One can proceed by cases:
Suppose $b = 0$, so that we have the line $V = ax + c$. Note that to actually have a line in the first place, this entails $a \neq 0$.
Consider the homomorphism $\phi: \Bbb R[x] \to \Bbb R$ given by $\phi(f(x)) = f\left(\dfrac{-c}{a}\right)$.
Show this induces a homomorphism $\psi:\Bbb R[x,y] \to \Bbb R[y]$, by considering $\Bbb R[x,y]$ as $(\Bbb R[x])[y]$, and writing:
$\psi(g(x,y)) = \psi(f_0(x) + f_1(x)y + \cdots + f_n(x)y^n) = \phi(f_0(x)) + \phi(f_1(x))y + \cdots + \phi(f_n(x))y^n$.
Use the fact that $\phi$ is onto $\Bbb R$ (why?) to conclude $\psi$ is onto $\Bbb R[y]$.
Now show the kernel of $\psi$ consists precisely of those elements of $\Bbb R[x,y]$ that, when viewed as elements of $(\Bbb R[x])[y]$ (strictly speaking, we are employing a "unnamed" isomorphism between $\Bbb R[x,y]$ and $(\Bbb R[x])[y]$), have coefficients that lie in the kernel of $\phi$, which is to say they all have a common factor of $\left(x + \dfrac{c}{a}\right)$.
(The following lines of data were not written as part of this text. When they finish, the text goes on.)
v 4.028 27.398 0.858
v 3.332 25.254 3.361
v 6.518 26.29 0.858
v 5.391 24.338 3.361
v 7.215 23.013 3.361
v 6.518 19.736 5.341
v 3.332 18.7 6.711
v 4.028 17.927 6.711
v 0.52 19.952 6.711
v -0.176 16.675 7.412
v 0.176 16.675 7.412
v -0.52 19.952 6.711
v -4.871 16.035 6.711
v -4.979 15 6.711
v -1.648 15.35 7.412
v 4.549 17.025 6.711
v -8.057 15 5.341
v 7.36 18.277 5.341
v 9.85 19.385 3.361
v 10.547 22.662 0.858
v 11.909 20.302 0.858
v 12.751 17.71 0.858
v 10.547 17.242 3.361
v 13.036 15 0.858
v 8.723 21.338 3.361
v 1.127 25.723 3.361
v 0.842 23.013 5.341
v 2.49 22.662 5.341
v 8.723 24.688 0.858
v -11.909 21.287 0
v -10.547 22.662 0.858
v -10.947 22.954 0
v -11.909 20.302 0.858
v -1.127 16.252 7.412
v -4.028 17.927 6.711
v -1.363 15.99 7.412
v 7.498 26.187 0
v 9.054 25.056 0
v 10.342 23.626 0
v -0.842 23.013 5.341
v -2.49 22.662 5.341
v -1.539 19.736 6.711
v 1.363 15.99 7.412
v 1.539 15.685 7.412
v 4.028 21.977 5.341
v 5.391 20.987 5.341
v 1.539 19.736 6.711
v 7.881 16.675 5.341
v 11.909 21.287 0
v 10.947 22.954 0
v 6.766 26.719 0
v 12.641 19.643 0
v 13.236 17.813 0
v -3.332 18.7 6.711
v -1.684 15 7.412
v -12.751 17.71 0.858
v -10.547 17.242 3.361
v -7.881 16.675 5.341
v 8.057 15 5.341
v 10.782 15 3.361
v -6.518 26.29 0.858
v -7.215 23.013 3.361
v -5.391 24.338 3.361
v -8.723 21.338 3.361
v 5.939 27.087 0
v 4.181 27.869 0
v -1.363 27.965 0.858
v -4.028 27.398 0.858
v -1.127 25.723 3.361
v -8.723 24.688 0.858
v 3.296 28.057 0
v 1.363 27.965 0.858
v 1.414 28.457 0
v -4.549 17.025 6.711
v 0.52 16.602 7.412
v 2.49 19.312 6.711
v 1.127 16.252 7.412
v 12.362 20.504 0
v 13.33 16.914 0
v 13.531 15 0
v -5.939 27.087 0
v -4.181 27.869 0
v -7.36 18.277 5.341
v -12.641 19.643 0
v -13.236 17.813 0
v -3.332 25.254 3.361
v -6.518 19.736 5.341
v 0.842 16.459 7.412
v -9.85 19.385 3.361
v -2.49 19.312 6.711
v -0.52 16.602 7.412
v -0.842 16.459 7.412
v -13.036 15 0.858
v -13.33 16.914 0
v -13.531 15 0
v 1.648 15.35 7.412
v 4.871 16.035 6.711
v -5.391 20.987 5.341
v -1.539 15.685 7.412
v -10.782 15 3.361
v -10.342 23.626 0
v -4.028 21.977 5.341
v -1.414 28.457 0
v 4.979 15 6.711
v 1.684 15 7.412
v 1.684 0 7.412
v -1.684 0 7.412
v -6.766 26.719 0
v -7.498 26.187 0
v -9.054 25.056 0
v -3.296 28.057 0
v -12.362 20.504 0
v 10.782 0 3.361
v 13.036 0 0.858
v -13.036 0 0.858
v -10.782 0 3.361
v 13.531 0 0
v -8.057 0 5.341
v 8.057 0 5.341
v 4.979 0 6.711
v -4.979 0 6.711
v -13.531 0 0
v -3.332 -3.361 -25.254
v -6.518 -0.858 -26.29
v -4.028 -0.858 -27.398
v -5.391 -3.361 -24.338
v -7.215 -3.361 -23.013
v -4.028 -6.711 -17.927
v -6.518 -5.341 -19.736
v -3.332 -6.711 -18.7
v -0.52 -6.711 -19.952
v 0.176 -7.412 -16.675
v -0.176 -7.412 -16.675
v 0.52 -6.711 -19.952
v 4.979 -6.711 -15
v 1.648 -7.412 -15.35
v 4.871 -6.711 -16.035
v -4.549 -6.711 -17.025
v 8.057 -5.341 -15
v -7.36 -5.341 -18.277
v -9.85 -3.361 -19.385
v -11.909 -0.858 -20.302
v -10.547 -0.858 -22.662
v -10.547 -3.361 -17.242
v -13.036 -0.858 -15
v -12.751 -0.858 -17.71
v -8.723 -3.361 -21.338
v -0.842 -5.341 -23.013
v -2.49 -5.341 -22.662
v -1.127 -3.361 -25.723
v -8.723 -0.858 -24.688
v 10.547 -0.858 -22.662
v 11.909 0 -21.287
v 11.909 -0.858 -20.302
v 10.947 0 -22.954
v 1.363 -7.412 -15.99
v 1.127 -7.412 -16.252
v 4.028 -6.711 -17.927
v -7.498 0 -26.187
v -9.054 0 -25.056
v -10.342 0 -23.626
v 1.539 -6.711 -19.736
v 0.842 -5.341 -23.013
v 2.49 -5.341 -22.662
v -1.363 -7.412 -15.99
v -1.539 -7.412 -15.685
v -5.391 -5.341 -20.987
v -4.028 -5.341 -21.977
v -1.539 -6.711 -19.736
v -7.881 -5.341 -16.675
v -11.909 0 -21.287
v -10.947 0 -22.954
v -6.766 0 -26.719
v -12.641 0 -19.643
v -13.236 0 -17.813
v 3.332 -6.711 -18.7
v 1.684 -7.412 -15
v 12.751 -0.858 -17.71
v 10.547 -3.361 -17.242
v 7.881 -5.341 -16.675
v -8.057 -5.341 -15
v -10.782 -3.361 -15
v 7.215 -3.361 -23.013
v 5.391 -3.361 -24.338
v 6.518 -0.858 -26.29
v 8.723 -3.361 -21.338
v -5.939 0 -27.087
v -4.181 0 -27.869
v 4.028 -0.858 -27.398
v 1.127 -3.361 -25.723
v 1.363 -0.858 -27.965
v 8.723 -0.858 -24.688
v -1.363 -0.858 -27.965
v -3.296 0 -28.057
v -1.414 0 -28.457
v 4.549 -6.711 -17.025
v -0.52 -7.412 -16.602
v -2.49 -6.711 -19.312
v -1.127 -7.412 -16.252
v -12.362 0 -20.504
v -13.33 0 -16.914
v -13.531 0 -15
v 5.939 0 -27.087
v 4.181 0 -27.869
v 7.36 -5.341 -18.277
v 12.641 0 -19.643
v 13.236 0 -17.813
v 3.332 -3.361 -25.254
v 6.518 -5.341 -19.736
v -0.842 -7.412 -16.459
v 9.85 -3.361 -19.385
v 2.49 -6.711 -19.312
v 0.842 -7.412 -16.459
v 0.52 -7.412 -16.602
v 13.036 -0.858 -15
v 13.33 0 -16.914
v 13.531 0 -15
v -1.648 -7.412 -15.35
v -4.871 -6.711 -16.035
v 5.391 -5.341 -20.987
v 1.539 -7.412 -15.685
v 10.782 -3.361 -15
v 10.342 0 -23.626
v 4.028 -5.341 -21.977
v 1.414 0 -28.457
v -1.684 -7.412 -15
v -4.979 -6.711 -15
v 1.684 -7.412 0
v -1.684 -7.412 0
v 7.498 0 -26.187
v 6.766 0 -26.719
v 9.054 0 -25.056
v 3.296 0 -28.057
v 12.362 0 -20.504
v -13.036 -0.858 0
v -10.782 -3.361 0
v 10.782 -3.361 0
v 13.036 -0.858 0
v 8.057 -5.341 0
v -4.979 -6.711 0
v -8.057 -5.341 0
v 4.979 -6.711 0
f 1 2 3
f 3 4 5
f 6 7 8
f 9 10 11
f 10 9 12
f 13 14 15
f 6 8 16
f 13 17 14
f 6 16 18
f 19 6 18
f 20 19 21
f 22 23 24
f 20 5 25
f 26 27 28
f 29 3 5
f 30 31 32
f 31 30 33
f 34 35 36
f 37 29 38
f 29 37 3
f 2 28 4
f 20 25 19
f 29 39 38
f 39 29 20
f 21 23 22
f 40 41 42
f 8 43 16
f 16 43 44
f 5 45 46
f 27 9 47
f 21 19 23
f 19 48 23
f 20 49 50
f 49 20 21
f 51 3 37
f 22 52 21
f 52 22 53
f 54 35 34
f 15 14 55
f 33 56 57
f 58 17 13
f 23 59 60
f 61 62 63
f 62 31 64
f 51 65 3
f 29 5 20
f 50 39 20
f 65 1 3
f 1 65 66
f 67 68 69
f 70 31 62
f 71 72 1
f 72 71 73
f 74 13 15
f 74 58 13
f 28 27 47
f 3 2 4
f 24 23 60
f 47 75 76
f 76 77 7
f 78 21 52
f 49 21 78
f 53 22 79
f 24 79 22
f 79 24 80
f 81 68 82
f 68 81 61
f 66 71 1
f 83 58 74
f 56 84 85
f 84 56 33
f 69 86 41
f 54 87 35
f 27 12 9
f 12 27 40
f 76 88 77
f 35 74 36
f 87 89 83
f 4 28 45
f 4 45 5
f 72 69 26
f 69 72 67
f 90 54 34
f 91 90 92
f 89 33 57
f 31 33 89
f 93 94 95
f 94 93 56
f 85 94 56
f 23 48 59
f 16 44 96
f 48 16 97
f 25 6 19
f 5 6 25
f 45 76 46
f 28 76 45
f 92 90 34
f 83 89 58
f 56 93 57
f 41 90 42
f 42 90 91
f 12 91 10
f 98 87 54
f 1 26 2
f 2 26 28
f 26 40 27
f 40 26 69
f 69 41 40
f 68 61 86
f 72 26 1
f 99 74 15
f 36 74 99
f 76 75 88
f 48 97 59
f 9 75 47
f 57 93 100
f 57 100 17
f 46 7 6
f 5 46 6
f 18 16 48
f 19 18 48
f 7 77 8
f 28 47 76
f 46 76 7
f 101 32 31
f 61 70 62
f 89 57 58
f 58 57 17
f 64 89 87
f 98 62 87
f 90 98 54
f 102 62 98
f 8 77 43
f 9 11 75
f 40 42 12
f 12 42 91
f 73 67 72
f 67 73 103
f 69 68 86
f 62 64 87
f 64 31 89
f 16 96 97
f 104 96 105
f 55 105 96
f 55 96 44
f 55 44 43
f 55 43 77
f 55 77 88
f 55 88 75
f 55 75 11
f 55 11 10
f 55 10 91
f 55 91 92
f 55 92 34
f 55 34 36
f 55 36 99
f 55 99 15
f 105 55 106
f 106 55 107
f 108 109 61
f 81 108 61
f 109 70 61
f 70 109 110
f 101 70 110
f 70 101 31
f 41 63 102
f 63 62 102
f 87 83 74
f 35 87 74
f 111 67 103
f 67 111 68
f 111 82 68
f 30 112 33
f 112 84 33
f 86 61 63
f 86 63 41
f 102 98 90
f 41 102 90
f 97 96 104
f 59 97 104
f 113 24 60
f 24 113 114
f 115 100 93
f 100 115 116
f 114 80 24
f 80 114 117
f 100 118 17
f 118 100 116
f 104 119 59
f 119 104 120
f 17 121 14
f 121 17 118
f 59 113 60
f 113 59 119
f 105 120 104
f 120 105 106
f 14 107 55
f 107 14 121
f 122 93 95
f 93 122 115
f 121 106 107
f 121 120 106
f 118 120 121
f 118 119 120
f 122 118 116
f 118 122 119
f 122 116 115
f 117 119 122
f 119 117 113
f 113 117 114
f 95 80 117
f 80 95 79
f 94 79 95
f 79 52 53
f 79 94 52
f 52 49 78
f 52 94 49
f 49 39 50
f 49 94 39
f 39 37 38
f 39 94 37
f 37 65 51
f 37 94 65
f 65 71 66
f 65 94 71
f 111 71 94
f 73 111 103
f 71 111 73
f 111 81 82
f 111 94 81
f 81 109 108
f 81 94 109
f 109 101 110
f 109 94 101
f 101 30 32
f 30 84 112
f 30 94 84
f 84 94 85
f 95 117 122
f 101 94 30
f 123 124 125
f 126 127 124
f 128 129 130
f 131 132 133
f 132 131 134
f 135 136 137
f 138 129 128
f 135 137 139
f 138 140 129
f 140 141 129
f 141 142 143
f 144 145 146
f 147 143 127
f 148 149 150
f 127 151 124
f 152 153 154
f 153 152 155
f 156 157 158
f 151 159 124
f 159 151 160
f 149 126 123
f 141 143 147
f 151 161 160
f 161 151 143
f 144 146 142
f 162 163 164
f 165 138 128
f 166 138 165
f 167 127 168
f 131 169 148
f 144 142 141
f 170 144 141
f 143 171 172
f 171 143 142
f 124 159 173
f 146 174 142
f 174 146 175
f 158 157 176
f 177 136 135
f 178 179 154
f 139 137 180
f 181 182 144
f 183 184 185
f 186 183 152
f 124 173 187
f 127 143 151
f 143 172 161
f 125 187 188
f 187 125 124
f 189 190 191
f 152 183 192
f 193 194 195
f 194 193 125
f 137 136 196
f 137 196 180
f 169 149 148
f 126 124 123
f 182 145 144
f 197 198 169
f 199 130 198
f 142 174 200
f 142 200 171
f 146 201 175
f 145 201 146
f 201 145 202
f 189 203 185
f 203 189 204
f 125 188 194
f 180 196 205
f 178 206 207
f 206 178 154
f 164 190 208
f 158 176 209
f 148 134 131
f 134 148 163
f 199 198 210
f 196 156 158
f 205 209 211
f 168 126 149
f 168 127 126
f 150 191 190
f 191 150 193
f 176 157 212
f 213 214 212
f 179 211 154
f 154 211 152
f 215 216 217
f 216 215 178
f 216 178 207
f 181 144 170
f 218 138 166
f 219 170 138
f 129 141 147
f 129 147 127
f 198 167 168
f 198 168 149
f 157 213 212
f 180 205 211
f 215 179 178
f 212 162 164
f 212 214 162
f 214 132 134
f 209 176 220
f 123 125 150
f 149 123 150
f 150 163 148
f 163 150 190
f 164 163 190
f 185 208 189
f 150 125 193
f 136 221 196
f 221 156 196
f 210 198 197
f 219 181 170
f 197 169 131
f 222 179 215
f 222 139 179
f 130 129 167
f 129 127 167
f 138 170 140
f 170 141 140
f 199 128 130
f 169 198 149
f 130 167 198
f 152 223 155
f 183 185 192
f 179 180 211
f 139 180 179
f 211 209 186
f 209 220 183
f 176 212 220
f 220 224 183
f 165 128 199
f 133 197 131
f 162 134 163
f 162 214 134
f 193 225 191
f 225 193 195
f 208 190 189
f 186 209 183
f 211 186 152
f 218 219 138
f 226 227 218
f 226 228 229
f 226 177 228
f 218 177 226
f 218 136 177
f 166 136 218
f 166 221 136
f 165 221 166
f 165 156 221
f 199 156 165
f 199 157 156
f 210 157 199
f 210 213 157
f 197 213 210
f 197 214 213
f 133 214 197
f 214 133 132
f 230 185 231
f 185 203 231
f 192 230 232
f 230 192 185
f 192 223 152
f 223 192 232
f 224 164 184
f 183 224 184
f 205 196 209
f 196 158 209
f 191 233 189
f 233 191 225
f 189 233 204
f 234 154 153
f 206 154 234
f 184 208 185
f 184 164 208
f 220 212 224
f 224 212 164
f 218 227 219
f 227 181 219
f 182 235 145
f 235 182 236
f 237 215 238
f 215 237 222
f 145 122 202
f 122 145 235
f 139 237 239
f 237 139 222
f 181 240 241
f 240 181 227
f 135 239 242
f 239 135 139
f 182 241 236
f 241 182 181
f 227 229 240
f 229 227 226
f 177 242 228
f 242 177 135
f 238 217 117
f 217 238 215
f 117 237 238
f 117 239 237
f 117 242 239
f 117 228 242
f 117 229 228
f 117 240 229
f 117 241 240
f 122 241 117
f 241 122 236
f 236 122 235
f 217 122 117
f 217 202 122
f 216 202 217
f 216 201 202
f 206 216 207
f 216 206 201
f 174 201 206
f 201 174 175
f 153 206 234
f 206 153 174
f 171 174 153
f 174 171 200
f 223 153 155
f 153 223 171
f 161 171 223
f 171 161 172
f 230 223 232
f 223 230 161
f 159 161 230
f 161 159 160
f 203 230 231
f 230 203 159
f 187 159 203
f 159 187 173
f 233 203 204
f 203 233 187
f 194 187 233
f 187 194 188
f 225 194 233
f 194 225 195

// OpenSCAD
//              +++++++++++++
//        +         |   |-h       +
//     +------------+   +------------+
//   +      r       |   |              +
//  +               |   |-radius        +
//  ----------------+   +----------------
//                     |radius
//
// (radius - r)² + r² = (radius)²
//

height    = 7.5;
r         = 11;
alpha     = 45;
radius    = ((height * height) + (r * r)) / r;
cylh      = 15;
eps       = 0;


module rounded_part () {
    translate ([0, cylh, 0])
    difference () {
        translate ([0, 0, -radius + height])
            union () {
                sphere (radius);
                rotate (90, [1, 0, 0])
                    cylinder (h=cylh, r = radius);
            }
        translate ([0, 0, -2 * radius])
            cube (4 * radius + eps, center = true);
        translate ([0, -(cylh + 2 * radius), 0])
            cube (4 * radius + eps, center = true);
    }
}

union () {
    rounded_part ();
    rotate (90, [1, 0, 0])
        rotate (180, [0, 0, 1])
            rounded_part ();
}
Conclude that the kernel of $\psi$ is indeed the ideal generated by $ax + c$.
Case 2 is somewhat easier (and shows why we treated case 1 separately): Suppose $b \neq 0$, and consider the homomorphism:
$\phi: \Bbb R[x,y] \to \Bbb R[x]$ given by $\phi(g(x,y)) = g\left(x,\dfrac{-a}{b}x - \dfrac{c}{b}\right)$
Show that $g \in \text{ker }\phi \iff (ax + by + c)|g$, and that $g$ maps constant polynomials to their constant terms (that is, acts as the identity on $\Bbb R$).
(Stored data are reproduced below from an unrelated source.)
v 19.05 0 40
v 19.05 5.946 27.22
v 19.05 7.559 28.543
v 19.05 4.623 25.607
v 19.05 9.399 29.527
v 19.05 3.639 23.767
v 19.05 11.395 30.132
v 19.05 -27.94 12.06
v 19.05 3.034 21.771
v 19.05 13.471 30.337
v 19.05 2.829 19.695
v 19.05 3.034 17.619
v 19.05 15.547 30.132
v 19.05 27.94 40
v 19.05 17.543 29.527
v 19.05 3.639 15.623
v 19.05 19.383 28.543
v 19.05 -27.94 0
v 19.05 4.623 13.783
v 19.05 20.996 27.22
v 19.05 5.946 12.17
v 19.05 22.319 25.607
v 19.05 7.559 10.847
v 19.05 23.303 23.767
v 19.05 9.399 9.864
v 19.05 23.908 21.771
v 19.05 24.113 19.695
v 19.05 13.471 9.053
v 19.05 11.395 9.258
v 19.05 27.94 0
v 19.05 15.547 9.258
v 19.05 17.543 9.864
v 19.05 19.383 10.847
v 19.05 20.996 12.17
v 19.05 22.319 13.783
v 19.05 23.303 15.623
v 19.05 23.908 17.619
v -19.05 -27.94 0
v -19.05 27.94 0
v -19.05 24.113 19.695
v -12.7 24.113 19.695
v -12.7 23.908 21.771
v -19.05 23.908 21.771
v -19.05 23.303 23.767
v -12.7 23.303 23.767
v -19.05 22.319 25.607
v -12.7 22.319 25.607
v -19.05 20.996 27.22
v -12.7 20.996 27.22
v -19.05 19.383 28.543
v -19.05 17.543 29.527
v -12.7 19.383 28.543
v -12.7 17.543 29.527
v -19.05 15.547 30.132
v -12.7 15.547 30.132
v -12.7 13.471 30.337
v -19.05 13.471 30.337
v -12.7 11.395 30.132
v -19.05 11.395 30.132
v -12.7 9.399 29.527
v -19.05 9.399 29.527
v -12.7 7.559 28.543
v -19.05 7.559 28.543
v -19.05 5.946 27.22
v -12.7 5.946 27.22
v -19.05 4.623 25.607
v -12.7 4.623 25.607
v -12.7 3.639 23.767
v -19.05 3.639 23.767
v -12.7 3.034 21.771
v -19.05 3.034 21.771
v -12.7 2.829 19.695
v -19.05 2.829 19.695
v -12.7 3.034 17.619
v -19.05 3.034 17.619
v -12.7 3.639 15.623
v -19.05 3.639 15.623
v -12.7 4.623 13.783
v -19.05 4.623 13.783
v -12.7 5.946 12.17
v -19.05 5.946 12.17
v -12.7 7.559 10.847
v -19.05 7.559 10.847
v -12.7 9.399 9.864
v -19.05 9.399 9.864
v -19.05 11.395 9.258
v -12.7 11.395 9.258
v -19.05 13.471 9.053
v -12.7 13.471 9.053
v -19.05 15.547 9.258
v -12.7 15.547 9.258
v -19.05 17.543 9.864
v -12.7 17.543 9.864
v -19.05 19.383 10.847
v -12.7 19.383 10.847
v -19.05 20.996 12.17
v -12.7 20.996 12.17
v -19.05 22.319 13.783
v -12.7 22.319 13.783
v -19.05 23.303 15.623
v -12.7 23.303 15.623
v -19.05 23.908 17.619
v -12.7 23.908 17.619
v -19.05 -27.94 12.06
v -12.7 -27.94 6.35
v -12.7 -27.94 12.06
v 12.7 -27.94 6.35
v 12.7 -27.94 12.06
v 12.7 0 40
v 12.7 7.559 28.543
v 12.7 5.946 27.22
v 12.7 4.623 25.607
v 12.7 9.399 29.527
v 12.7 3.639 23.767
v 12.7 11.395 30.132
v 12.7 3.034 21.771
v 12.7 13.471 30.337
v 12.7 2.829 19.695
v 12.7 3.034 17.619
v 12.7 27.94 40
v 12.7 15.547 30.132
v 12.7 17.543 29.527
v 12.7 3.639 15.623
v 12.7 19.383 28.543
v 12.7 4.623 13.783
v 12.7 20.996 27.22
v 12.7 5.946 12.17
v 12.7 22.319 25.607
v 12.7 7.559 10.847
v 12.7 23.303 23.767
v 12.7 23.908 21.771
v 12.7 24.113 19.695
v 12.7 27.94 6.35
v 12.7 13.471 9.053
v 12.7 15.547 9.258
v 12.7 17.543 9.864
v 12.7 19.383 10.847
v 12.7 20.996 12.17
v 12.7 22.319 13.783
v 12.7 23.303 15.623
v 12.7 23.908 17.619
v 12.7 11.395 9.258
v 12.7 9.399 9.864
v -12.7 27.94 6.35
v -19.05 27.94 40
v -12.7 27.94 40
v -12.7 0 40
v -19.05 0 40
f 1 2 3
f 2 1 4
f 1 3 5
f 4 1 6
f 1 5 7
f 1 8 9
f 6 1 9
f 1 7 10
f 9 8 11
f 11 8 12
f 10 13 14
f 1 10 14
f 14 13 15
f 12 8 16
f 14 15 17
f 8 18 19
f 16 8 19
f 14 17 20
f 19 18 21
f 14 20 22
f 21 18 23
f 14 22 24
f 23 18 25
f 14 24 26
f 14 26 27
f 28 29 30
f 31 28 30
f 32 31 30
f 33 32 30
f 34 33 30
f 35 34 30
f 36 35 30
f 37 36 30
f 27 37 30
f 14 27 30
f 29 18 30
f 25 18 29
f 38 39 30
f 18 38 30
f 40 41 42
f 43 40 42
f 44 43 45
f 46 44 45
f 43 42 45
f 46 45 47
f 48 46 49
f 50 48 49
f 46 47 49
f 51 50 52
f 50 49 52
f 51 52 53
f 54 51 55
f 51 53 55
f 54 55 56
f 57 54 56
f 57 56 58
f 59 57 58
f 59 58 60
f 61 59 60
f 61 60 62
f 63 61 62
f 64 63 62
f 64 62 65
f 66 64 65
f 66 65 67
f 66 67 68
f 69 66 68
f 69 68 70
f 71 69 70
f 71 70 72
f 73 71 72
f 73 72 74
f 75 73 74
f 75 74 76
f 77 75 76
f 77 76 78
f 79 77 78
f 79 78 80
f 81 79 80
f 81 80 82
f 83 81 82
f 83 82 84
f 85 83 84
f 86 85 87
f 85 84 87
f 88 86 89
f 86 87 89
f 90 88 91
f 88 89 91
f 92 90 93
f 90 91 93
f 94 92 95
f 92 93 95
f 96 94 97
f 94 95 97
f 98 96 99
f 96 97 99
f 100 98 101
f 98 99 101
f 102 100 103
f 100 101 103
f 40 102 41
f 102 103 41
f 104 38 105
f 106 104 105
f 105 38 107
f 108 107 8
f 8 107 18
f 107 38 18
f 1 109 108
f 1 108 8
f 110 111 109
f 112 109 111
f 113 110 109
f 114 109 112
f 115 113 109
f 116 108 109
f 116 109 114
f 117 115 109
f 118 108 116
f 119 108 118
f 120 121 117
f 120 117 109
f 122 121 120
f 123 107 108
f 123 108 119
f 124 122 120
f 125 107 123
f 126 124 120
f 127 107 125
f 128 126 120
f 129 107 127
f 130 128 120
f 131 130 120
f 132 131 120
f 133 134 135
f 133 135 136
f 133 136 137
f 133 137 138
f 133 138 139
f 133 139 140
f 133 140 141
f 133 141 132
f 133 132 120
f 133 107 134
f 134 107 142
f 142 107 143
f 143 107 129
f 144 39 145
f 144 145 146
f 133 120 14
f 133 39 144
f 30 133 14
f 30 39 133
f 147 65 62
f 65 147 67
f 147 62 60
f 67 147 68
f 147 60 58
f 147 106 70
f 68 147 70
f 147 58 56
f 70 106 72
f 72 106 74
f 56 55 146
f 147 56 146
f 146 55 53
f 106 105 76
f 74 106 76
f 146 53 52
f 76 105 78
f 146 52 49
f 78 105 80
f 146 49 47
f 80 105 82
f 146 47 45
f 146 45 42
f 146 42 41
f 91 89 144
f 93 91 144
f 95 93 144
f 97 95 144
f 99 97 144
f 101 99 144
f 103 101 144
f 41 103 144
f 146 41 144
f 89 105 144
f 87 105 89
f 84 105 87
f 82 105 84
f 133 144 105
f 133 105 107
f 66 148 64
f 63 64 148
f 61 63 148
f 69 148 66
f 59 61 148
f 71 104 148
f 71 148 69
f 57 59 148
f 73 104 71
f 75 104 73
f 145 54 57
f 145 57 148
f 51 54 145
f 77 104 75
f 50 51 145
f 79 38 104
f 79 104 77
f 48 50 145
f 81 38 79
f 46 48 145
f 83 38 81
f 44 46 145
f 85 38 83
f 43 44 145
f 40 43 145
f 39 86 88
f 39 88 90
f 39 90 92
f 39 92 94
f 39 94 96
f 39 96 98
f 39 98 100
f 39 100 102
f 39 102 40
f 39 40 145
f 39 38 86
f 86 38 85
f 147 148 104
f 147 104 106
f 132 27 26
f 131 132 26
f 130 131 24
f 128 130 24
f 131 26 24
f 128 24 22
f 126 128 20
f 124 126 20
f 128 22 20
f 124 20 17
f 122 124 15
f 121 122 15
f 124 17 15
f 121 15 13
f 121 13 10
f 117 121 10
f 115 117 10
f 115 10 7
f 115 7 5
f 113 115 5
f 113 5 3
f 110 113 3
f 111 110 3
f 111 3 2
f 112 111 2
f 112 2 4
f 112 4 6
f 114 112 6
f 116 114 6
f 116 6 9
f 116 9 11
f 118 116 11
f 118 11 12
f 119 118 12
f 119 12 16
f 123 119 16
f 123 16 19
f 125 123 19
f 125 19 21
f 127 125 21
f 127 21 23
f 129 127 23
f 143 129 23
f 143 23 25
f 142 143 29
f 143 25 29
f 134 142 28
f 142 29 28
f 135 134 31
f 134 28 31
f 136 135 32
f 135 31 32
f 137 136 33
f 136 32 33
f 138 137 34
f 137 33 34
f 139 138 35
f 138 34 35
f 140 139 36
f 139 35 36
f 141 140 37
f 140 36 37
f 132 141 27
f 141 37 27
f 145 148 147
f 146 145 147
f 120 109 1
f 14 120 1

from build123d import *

# Parameters (mm, degrees)
F1_DEPTH = 6.35
F2_W     = 6.35
F2_H     = 55.88
F3_DEPTH = 33.64992
F4_SIZE  = 27.94
F5_R     = 10.64163
F6_DEPTH = 38.101


with BuildPart() as f1:
    # F0 (on Top) → F1 (new body)
    with BuildSketch(Plane.XY):
        Polygon((19.05, 27.94), (0, 27.94), (-19.05, 27.94), (-19.05, 0), (-19.05, -27.94), (0, -27.94), (19.05, -27.94), (19.05, 0), align=None)
    extrude(amount=F1_DEPTH)

    # F2 (on face) → F3 (join)
    with BuildSketch(Plane.XY.offset(6.35)):
        with Locations((-15.875, 0)):
            Rectangle(F2_W, F2_H)
        with Locations((15.875, 0)):
            Rectangle(F2_W, F2_H)
    extrude(amount=F3_DEPTH)

    # F4
    f4_edges = [f1.edges().sort_by_distance(p)[0] for p in [
        (15.875, -27.94, 39.99992),
        (-15.875, -27.94, 39.99992),
    ]]
    chamfer(f4_edges, length=F4_SIZE)

    # F5 (on face) → F6 (cut, through all)
    with BuildSketch(Plane.YZ.offset(19.05)):
        with Locations((13.47094, 19.69512)):
            Circle(F5_R)
    extrude(amount=-F6_DEPTH, mode=Mode.SUBTRACT)


solid = f1.part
Note: although it "looks" different, we are actually using the same trick of considering $\Bbb R[x,y]$ as $(\Bbb R[x])[y]$, and "evaluating" $g(x,y)$ at the ring element $f(x) = \dfrac{-a}{b}x - \dfrac{c}{b}$ in $\Bbb R[x]$.
Some random thoughts: what is a line, really? Let's be a *bit* more specific, and consider a line embedded in a Euclidean plane. Normally, we think of it as points satisfying an equation:
$L = \{(x,y) \in \Bbb R^2: Ax + By + C = 0\}$.
But this equation depends on our "coordinate system", we have to "locate" the $x$ and $y$ axes to come up with the numbers $A,B,C$. That works fine for a *vector space*, where we have a distinguished origin. But we actually think of the plane as being "undifferentiated", any part of it looks like any other. In an affine space, there isn't any special point of origin. So what remains the same? The relationship between the points is "linear", that is, the locus of the line represents the zero-set of a linear polynomial in $\Bbb R[x,y]$. In other words we have moved away from any *specific* $A,B,C$, and have characterized a line as being determined by the DEGREE of a polynomial in two variables. This characterization is now independent of a coordinate-system, as it should be, in our understanding of just "an abstract line" (which ought to be a line no matter what coordinates we are using).
I urge you to consider what "affine varieties" we obtain by considering the zero-sets of degree TWO polynomials in $\Bbb R[x,y]$ (hint: you already know these-the parabola is one example).
Degree three and higher (what are commonly called "algebraic curves") polynomial zero-sets for $\Bbb R[x,y]$ in the plane start getting a tad complicated. Go figure.
Mathbalarka: if I've made any silly mistakes, please point them out-my mind seems to be slipping, lately :).